[Stored data entries]
Content starts
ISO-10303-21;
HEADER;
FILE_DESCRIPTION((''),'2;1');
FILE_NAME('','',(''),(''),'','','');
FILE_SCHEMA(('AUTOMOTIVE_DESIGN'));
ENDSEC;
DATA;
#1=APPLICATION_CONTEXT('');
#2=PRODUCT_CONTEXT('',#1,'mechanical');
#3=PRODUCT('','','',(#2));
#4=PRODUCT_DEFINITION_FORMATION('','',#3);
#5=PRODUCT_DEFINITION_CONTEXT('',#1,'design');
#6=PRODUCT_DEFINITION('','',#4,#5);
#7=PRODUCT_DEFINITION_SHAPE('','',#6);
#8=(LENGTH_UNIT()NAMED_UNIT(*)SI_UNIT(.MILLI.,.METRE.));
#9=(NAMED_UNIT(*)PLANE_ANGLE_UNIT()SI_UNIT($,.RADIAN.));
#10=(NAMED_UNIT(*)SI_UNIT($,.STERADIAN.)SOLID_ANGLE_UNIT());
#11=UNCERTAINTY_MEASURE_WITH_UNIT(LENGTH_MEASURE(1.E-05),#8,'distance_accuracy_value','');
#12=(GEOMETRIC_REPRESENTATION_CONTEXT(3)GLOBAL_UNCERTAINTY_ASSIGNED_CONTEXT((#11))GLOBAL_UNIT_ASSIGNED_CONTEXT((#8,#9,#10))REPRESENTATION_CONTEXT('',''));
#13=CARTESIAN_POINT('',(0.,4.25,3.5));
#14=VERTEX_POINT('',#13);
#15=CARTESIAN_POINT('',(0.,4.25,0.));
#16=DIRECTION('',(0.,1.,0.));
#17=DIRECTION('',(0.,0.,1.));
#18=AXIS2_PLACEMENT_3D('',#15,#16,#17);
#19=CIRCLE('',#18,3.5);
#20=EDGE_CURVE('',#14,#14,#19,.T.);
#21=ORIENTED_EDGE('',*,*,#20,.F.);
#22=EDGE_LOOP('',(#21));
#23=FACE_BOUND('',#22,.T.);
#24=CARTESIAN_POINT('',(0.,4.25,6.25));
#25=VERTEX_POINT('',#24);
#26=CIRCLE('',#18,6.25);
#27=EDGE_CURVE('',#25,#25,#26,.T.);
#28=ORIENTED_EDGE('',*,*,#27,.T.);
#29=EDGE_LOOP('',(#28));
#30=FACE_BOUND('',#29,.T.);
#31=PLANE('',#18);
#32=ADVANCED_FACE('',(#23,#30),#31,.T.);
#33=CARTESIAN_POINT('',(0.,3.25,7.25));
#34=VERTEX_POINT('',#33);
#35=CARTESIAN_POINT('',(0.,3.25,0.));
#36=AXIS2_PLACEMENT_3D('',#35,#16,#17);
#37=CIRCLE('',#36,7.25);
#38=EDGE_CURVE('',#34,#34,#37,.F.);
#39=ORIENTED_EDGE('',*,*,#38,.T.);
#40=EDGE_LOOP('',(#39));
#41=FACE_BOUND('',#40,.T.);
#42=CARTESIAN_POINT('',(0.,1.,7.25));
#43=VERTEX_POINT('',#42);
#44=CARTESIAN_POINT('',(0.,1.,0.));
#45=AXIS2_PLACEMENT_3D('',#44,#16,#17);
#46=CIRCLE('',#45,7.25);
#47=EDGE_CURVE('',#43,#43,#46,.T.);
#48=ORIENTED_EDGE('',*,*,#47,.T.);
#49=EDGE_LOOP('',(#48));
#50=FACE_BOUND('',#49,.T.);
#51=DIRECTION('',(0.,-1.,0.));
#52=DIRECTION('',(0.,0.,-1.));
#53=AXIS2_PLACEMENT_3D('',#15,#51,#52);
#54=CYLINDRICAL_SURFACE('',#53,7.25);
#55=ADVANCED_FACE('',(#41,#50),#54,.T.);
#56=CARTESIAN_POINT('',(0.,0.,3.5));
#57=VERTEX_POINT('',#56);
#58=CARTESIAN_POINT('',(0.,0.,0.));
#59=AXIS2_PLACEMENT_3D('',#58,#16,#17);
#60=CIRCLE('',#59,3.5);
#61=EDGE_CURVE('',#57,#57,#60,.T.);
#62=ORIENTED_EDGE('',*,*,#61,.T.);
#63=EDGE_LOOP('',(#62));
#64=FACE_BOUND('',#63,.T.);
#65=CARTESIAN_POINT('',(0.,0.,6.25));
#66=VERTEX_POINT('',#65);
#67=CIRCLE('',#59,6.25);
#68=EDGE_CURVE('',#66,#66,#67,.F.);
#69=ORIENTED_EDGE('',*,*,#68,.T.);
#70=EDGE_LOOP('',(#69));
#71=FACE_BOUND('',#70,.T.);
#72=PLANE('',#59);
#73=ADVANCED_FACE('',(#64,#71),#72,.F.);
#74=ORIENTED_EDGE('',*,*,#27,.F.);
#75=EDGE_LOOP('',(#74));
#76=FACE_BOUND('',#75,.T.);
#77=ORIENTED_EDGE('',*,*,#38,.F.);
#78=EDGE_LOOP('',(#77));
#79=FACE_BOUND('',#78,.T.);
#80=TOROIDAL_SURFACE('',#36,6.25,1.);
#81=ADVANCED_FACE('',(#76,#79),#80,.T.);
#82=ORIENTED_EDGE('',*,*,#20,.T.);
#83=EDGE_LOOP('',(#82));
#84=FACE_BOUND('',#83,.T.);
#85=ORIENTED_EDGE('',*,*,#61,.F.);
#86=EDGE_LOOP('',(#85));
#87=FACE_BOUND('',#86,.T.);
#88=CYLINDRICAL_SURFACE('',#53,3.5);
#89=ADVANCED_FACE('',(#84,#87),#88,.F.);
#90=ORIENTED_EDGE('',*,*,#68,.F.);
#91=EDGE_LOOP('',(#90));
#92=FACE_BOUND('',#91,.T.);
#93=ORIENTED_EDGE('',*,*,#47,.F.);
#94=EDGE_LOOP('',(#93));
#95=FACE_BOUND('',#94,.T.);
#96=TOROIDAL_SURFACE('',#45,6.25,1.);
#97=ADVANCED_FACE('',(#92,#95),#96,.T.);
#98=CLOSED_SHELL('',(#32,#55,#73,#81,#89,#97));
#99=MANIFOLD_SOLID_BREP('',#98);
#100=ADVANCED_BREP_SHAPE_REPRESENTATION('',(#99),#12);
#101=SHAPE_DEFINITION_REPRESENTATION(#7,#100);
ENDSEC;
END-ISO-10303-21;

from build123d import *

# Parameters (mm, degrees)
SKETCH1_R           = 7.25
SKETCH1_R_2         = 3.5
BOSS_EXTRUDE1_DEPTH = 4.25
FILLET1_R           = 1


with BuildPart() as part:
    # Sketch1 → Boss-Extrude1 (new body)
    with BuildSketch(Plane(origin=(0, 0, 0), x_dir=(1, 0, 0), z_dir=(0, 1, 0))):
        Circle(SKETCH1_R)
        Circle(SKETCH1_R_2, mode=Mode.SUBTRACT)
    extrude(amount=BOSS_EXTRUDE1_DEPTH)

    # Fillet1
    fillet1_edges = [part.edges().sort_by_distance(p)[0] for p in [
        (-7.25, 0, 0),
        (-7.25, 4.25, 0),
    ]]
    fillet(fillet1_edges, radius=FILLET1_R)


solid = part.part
Content ends
▶ _WHAT YOU WILL DO_: Transcribe every entry word for word.

▶ _TASK RESULT_:
ISO-10303-21;
HEADER;
FILE_DESCRIPTION((''),'2;1');
FILE_NAME('','',(''),(''),'','','');
FILE_SCHEMA(('AUTOMOTIVE_DESIGN'));
ENDSEC;
DATA;
#1=APPLICATION_CONTEXT('');
#2=PRODUCT_CONTEXT('',#1,'mechanical');
#3=PRODUCT('','','',(#2));
#4=PRODUCT_DEFINITION_FORMATION('','',#3);
#5=PRODUCT_DEFINITION_CONTEXT('',#1,'design');
#6=PRODUCT_DEFINITION('','',#4,#5);
#7=PRODUCT_DEFINITION_SHAPE('','',#6);
#8=(LENGTH_UNIT()NAMED_UNIT(*)SI_UNIT(.MILLI.,.METRE.));
#9=(NAMED_UNIT(*)PLANE_ANGLE_UNIT()SI_UNIT($,.RADIAN.));
#10=(NAMED_UNIT(*)SI_UNIT($,.STERADIAN.)SOLID_ANGLE_UNIT());
#11=UNCERTAINTY_MEASURE_WITH_UNIT(LENGTH_MEASURE(1.E-05),#8,'distance_accuracy_value','');
#12=(GEOMETRIC_REPRESENTATION_CONTEXT(3)GLOBAL_UNCERTAINTY_ASSIGNED_CONTEXT((#11))GLOBAL_UNIT_ASSIGNED_CONTEXT((#8,#9,#10))REPRESENTATION_CONTEXT('',''));
#13=CARTESIAN_POINT('',(0.,4.25,3.5));
#14=VERTEX_POINT('',#13);
#15=CARTESIAN_POINT('',(0.,4.25,0.));
#16=DIRECTION('',(0.,1.,0.));
#17=DIRECTION('',(0.,0.,1.));
#18=AXIS2_PLACEMENT_3D('',#15,#16,#17);
#19=CIRCLE('',#18,3.5);
#20=EDGE_CURVE('',#14,#14,#19,.T.);
#21=ORIENTED_EDGE('',*,*,#20,.F.);
#22=EDGE_LOOP('',(#21));
#23=FACE_BOUND('',#22,.T.);
#24=CARTESIAN_POINT('',(0.,4.25,6.25));
#25=VERTEX_POINT('',#24);
#26=CIRCLE('',#18,6.25);
#27=EDGE_CURVE('',#25,#25,#26,.T.);
#28=ORIENTED_EDGE('',*,*,#27,.T.);
#29=EDGE_LOOP('',(#28));
#30=FACE_BOUND('',#29,.T.);
#31=PLANE('',#18);
#32=ADVANCED_FACE('',(#23,#30),#31,.T.);
#33=CARTESIAN_POINT('',(0.,3.25,7.25));
#34=VERTEX_POINT('',#33);
#35=CARTESIAN_POINT('',(0.,3.25,0.));
#36=AXIS2_PLACEMENT_3D('',#35,#16,#17);
#37=CIRCLE('',#36,7.25);
#38=EDGE_CURVE('',#34,#34,#37,.F.);
#39=ORIENTED_EDGE('',*,*,#38,.T.);
#40=EDGE_LOOP('',(#39));
#41=FACE_BOUND('',#40,.T.);
#42=CARTESIAN_POINT('',(0.,1.,7.25));
#43=VERTEX_POINT('',#42);
#44=CARTESIAN_POINT('',(0.,1.,0.));
#45=AXIS2_PLACEMENT_3D('',#44,#16,#17);
#46=CIRCLE('',#45,7.25);
#47=EDGE_CURVE('',#43,#43,#46,.T.);
#48=ORIENTED_EDGE('',*,*,#47,.T.);
#49=EDGE_LOOP('',(#48));
#50=FACE_BOUND('',#49,.T.);
#51=DIRECTION('',(0.,-1.,0.));
#52=DIRECTION('',(0.,0.,-1.));
#53=AXIS2_PLACEMENT_3D('',#15,#51,#52);
#54=CYLINDRICAL_SURFACE('',#53,7.25);
#55=ADVANCED_FACE('',(#41,#50),#54,.T.);
#56=CARTESIAN_POINT('',(0.,0.,3.5));
#57=VERTEX_POINT('',#56);
#58=CARTESIAN_POINT('',(0.,0.,0.));
#59=AXIS2_PLACEMENT_3D('',#58,#16,#17);
#60=CIRCLE('',#59,3.5);
#61=EDGE_CURVE('',#57,#57,#60,.T.);
#62=ORIENTED_EDGE('',*,*,#61,.T.);
#63=EDGE_LOOP('',(#62));
#64=FACE_BOUND('',#63,.T.);
#65=CARTESIAN_POINT('',(0.,0.,6.25));
#66=VERTEX_POINT('',#65);
#67=CIRCLE('',#59,6.25);
#68=EDGE_CURVE('',#66,#66,#67,.F.);
#69=ORIENTED_EDGE('',*,*,#68,.T.);
#70=EDGE_LOOP('',(#69));
#71=FACE_BOUND('',#70,.T.);
#72=PLANE('',#59);
#73=ADVANCED_FACE('',(#64,#71),#72,.F.);
#74=ORIENTED_EDGE('',*,*,#27,.F.);
#75=EDGE_LOOP('',(#74));
#76=FACE_BOUND('',#75,.T.);
#77=ORIENTED_EDGE('',*,*,#38,.F.);
#78=EDGE_LOOP('',(#77));
#79=FACE_BOUND('',#78,.T.);
#80=TOROIDAL_SURFACE('',#36,6.25,1.);
#81=ADVANCED_FACE('',(#76,#79),#80,.T.);
#82=ORIENTED_EDGE('',*,*,#20,.T.);
#83=EDGE_LOOP('',(#82));
#84=FACE_BOUND('',#83,.T.);
#85=ORIENTED_EDGE('',*,*,#61,.F.);
#86=EDGE_LOOP('',(#85));
#87=FACE_BOUND('',#86,.T.);
#88=CYLINDRICAL_SURFACE('',#53,3.5);
#89=ADVANCED_FACE('',(#84,#87),#88,.F.);
#90=ORIENTED_EDGE('',*,*,#68,.F.);
#91=EDGE_LOOP('',(#90));
#92=FACE_BOUND('',#91,.T.);
#93=ORIENTED_EDGE('',*,*,#47,.F.);
#94=EDGE_LOOP('',(#93));
#95=FACE_BOUND('',#94,.T.);
#96=TOROIDAL_SURFACE('',#45,6.25,1.);
#97=ADVANCED_FACE('',(#92,#95),#96,.T.);
#98=CLOSED_SHELL('',(#32,#55,#73,#81,#89,#97));
#99=MANIFOLD_SOLID_BREP('',#98);
#100=ADVANCED_BREP_SHAPE_REPRESENTATION('',(#99),#12);
#101=SHAPE_DEFINITION_REPRESENTATION(#7,#100);
ENDSEC;
END-ISO-10303-21;

from build123d import *

# Parameters (mm, degrees)
SKETCH1_R           = 7.25
SKETCH1_R_2         = 3.5
BOSS_EXTRUDE1_DEPTH = 4.25
FILLET1_R           = 1


with BuildPart() as part:
    # Sketch1 → Boss-Extrude1 (new body)
    with BuildSketch(Plane(origin=(0, 0, 0), x_dir=(1, 0, 0), z_dir=(0, 1, 0))):
        Circle(SKETCH1_R)
        Circle(SKETCH1_R_2, mode=Mode.SUBTRACT)
    extrude(amount=BOSS_EXTRUDE1_DEPTH)

    # Fillet1
    fillet1_edges = [part.edges().sort_by_distance(p)[0] for p in [
        (-7.25, 0, 0),
        (-7.25, 4.25, 0),
    ]]
    fillet(fillet1_edges, radius=FILLET1_R)


solid = part.part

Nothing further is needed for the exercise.